AIM OF THE TASK: Your task is to repeat exactly the lines below between the line holding "f 122 121 64" and the line holding "f 90 89 147", inclusive, and only those.
+ + + + +
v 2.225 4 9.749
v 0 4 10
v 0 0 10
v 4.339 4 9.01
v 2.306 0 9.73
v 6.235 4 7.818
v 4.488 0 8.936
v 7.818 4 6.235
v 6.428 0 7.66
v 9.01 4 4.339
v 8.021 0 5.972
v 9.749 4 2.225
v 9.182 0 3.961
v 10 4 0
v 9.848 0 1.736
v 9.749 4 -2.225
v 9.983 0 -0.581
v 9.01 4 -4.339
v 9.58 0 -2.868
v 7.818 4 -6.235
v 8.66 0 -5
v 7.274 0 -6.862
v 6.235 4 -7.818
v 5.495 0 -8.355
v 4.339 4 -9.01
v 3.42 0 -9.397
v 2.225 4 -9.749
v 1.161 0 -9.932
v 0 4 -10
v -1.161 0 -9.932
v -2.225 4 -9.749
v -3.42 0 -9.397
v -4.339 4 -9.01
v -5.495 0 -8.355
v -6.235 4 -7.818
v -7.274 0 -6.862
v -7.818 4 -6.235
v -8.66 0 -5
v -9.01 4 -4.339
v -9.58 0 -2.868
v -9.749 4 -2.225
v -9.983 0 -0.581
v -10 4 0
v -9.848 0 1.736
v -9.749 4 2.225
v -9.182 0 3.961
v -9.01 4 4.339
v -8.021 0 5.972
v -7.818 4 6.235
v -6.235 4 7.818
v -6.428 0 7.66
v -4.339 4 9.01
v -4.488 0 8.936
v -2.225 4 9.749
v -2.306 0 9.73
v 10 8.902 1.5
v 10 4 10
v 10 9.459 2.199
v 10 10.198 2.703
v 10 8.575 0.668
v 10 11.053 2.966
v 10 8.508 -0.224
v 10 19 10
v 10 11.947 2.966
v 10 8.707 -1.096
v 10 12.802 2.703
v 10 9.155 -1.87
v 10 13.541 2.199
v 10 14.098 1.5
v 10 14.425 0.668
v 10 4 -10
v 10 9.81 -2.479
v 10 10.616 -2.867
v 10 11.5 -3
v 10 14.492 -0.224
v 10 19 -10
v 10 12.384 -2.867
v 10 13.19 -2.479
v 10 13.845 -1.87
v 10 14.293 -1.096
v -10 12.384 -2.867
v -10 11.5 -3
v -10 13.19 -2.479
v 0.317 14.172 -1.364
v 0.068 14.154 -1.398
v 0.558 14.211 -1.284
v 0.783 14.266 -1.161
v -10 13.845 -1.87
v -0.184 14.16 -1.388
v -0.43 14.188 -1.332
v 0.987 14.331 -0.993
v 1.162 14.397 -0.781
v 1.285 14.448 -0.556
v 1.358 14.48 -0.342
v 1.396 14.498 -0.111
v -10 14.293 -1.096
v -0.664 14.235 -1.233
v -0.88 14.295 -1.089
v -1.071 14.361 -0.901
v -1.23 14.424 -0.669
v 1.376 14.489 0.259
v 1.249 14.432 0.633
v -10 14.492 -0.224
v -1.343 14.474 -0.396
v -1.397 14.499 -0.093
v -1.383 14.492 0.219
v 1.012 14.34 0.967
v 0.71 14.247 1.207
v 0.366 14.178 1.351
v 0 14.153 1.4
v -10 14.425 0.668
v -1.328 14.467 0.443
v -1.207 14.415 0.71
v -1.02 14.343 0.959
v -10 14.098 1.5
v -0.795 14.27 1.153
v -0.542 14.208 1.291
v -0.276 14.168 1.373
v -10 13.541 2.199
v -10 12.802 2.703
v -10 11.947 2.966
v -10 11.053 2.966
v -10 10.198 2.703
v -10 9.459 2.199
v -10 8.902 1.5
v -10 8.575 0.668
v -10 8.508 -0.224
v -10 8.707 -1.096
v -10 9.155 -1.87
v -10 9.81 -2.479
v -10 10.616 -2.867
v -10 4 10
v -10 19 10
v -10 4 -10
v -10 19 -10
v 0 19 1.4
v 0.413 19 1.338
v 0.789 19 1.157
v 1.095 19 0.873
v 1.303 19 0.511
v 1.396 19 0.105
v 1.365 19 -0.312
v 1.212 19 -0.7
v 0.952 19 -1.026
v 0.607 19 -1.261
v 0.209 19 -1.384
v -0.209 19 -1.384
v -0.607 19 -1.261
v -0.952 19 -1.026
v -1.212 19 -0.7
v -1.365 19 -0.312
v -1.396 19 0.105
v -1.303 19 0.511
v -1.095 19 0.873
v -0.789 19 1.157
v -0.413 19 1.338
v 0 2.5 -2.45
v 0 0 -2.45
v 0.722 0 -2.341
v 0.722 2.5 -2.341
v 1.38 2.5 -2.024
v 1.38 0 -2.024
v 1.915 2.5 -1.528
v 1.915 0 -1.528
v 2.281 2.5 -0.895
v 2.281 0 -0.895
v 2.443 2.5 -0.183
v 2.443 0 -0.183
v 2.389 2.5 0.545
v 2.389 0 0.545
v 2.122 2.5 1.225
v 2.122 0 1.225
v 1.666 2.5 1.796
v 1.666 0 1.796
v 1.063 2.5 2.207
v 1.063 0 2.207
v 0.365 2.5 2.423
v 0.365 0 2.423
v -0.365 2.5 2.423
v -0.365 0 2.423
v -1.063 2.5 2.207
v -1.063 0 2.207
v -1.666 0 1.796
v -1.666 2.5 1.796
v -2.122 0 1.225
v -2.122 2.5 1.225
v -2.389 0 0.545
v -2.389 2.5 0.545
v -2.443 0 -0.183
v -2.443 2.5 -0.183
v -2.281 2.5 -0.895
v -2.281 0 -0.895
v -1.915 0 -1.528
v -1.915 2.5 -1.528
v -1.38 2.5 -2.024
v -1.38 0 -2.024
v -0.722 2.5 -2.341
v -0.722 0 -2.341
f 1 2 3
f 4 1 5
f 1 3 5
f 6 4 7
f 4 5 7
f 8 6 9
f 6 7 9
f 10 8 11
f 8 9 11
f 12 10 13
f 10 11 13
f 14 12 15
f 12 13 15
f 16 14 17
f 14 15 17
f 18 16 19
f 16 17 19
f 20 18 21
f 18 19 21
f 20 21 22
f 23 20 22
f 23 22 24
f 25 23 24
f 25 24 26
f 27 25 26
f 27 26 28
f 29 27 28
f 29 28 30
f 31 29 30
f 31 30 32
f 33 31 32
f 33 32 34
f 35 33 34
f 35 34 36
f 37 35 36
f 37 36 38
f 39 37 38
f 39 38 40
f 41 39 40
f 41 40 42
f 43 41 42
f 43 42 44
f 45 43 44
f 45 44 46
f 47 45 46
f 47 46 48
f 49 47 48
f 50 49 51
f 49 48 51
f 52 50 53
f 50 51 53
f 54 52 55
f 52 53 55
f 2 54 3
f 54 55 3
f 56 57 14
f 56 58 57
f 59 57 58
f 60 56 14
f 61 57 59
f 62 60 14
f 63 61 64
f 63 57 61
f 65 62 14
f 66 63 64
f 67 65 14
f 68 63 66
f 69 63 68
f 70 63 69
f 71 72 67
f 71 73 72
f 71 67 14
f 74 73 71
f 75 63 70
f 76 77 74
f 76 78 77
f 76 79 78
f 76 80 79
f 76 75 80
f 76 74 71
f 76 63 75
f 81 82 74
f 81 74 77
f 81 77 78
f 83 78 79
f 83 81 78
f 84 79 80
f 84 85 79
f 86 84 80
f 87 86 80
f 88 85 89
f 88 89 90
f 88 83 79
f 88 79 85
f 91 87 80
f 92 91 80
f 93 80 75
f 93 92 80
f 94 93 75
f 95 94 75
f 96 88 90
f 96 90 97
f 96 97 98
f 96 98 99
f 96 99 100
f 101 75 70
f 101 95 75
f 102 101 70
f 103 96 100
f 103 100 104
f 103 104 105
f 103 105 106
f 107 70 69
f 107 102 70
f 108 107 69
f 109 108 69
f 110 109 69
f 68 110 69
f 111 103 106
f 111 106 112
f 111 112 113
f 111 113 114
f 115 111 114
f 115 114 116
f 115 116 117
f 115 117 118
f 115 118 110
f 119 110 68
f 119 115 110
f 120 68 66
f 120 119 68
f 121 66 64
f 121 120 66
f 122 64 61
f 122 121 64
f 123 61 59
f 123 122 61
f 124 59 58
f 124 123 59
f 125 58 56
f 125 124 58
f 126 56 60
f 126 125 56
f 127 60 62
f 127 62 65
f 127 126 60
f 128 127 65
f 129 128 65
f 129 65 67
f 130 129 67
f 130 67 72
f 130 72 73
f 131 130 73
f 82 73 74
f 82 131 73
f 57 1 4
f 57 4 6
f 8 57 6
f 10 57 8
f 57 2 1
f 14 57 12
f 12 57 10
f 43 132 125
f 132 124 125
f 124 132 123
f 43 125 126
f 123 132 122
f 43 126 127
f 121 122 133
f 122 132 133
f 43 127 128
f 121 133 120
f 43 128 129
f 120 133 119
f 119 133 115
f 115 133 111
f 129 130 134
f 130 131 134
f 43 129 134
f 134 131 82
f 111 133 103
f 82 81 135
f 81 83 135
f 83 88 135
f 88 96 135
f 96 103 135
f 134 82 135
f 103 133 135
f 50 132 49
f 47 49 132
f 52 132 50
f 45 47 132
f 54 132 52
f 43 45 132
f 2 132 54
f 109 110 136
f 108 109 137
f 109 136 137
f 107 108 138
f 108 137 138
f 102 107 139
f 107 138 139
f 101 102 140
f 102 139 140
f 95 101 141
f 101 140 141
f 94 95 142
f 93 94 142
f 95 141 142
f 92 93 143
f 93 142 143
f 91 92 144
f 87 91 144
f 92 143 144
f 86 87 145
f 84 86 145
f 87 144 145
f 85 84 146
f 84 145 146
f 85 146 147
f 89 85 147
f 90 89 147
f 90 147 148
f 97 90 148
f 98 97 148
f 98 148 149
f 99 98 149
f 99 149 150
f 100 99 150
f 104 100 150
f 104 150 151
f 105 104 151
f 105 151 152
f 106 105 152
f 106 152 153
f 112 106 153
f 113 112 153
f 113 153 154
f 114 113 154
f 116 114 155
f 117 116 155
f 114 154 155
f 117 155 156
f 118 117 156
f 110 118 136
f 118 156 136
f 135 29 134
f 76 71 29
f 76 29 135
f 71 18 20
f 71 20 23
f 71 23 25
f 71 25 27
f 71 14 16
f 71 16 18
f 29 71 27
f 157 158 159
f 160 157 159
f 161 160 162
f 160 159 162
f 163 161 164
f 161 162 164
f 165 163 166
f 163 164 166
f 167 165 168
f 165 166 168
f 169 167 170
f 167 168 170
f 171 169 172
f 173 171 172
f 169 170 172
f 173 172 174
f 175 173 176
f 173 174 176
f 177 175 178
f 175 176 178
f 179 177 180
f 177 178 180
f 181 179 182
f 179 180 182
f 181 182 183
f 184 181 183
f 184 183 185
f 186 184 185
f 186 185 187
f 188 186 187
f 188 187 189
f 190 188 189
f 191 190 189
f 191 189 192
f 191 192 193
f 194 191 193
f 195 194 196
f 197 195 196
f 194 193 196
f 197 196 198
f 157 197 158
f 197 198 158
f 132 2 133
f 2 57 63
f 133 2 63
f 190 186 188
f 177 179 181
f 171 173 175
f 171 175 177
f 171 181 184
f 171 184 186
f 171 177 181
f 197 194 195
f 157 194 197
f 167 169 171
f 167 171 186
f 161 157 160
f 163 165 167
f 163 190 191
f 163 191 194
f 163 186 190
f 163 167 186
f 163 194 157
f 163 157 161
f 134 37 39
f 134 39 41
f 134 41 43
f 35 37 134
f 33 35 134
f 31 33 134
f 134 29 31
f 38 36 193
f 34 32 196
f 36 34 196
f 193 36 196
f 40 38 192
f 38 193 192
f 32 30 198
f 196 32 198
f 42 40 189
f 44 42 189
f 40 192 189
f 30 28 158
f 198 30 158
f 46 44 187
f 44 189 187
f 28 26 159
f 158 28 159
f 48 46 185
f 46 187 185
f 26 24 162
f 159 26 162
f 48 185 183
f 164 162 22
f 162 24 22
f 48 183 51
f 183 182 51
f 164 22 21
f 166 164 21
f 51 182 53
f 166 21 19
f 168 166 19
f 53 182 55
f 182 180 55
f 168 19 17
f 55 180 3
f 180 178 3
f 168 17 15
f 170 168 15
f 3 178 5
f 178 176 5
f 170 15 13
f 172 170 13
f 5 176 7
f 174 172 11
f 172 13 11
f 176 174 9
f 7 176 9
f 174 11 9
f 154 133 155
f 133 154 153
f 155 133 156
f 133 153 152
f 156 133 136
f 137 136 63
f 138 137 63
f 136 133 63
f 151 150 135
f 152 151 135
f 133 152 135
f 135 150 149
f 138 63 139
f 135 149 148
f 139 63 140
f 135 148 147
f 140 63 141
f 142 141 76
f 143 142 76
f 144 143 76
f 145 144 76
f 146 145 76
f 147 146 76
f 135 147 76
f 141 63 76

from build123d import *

# Parameters (mm, degrees)
SKETCH1_R           = 10
BOSS_EXTRUDE1_DEPTH = 4
SKETCH2_R           = 2.45
CUT_EXTRUDE1_DEPTH  = 2.5
SKETCH3_W           = 20
SKETCH3_H           = 15
SKETCH3_R           = 3
BOSS_EXTRUDE2_DEPTH = 10
SKETCH4_R           = 1.4
CUT_EXTRUDE2_DEPTH  = 8


with BuildPart() as part:
    # Sketch1 → Boss-Extrude1 (new body)
    with BuildSketch(Plane(origin=(0, 0, 0), x_dir=(1, 0, 0), z_dir=(0, 1, 0))):
        with Locations(Location((0, 0, 0), (0, 0, 270))):
            Circle(SKETCH1_R)
    extrude(amount=BOSS_EXTRUDE1_DEPTH)

    # Sketch2 → Cut-Extrude1 (cut)
    with BuildSketch(Plane.XZ):
        with Locations(Location((0, 0, 0), (0, 0, 270))):
            Circle(SKETCH2_R)
    extrude(amount=-CUT_EXTRUDE1_DEPTH, mode=Mode.SUBTRACT)

    # Sketch3 → Boss-Extrude2 (add, symmetric)
    with BuildSketch(Plane(origin=(0, 0, 0), x_dir=(0, 0, -1), z_dir=(1, 0, 0))):
        with Locations((0, 11.5)):
            Rectangle(SKETCH3_W, SKETCH3_H)
        with Locations((0, 11.5)):
            Circle(SKETCH3_R, mode=Mode.SUBTRACT)
    extrude(amount=BOSS_EXTRUDE2_DEPTH, both=True)

    # Sketch4 → Cut-Extrude2 (cut)
    with BuildSketch(Plane(origin=(0, 19, 0), x_dir=(1, 0, 0), z_dir=(0, 1, 0))):
        with Locations(Location((0, 0, 0), (0, 0, 270))):
            Circle(SKETCH4_R)
    extrude(amount=-CUT_EXTRUDE2_DEPTH, mode=Mode.SUBTRACT)


solid = part.part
+ + + + +
EXERCISE RESPONSE:
f 122 121 64
f 123 61 59
f 123 122 61
f 124 59 58
f 124 123 59
f 125 58 56
f 125 124 58
f 126 56 60
f 126 125 56
f 127 60 62
f 127 62 65
f 127 126 60
f 128 127 65
f 129 128 65
f 129 65 67
f 130 129 67
f 130 67 72
f 130 72 73
f 131 130 73
f 82 73 74
f 82 131 73
f 57 1 4
f 57 4 6
f 8 57 6
f 10 57 8
f 57 2 1
f 14 57 12
f 12 57 10
f 43 132 125
f 132 124 125
f 124 132 123
f 43 125 126
f 123 132 122
f 43 126 127
f 121 122 133
f 122 132 133
f 43 127 128
f 121 133 120
f 43 128 129
f 120 133 119
f 119 133 115
f 115 133 111
f 129 130 134
f 130 131 134
f 43 129 134
f 134 131 82
f 111 133 103
f 82 81 135
f 81 83 135
f 83 88 135
f 88 96 135
f 96 103 135
f 134 82 135
f 103 133 135
f 50 132 49
f 47 49 132
f 52 132 50
f 45 47 132
f 54 132 52
f 43 45 132
f 2 132 54
f 109 110 136
f 108 109 137
f 109 136 137
f 107 108 138
f 108 137 138
f 102 107 139
f 107 138 139
f 101 102 140
f 102 139 140
f 95 101 141
f 101 140 141
f 94 95 142
f 93 94 142
f 95 141 142
f 92 93 143
f 93 142 143
f 91 92 144
f 87 91 144
f 92 143 144
f 86 87 145
f 84 86 145
f 87 144 145
f 85 84 146
f 84 145 146
f 85 146 147
f 89 85 147
f 90 89 147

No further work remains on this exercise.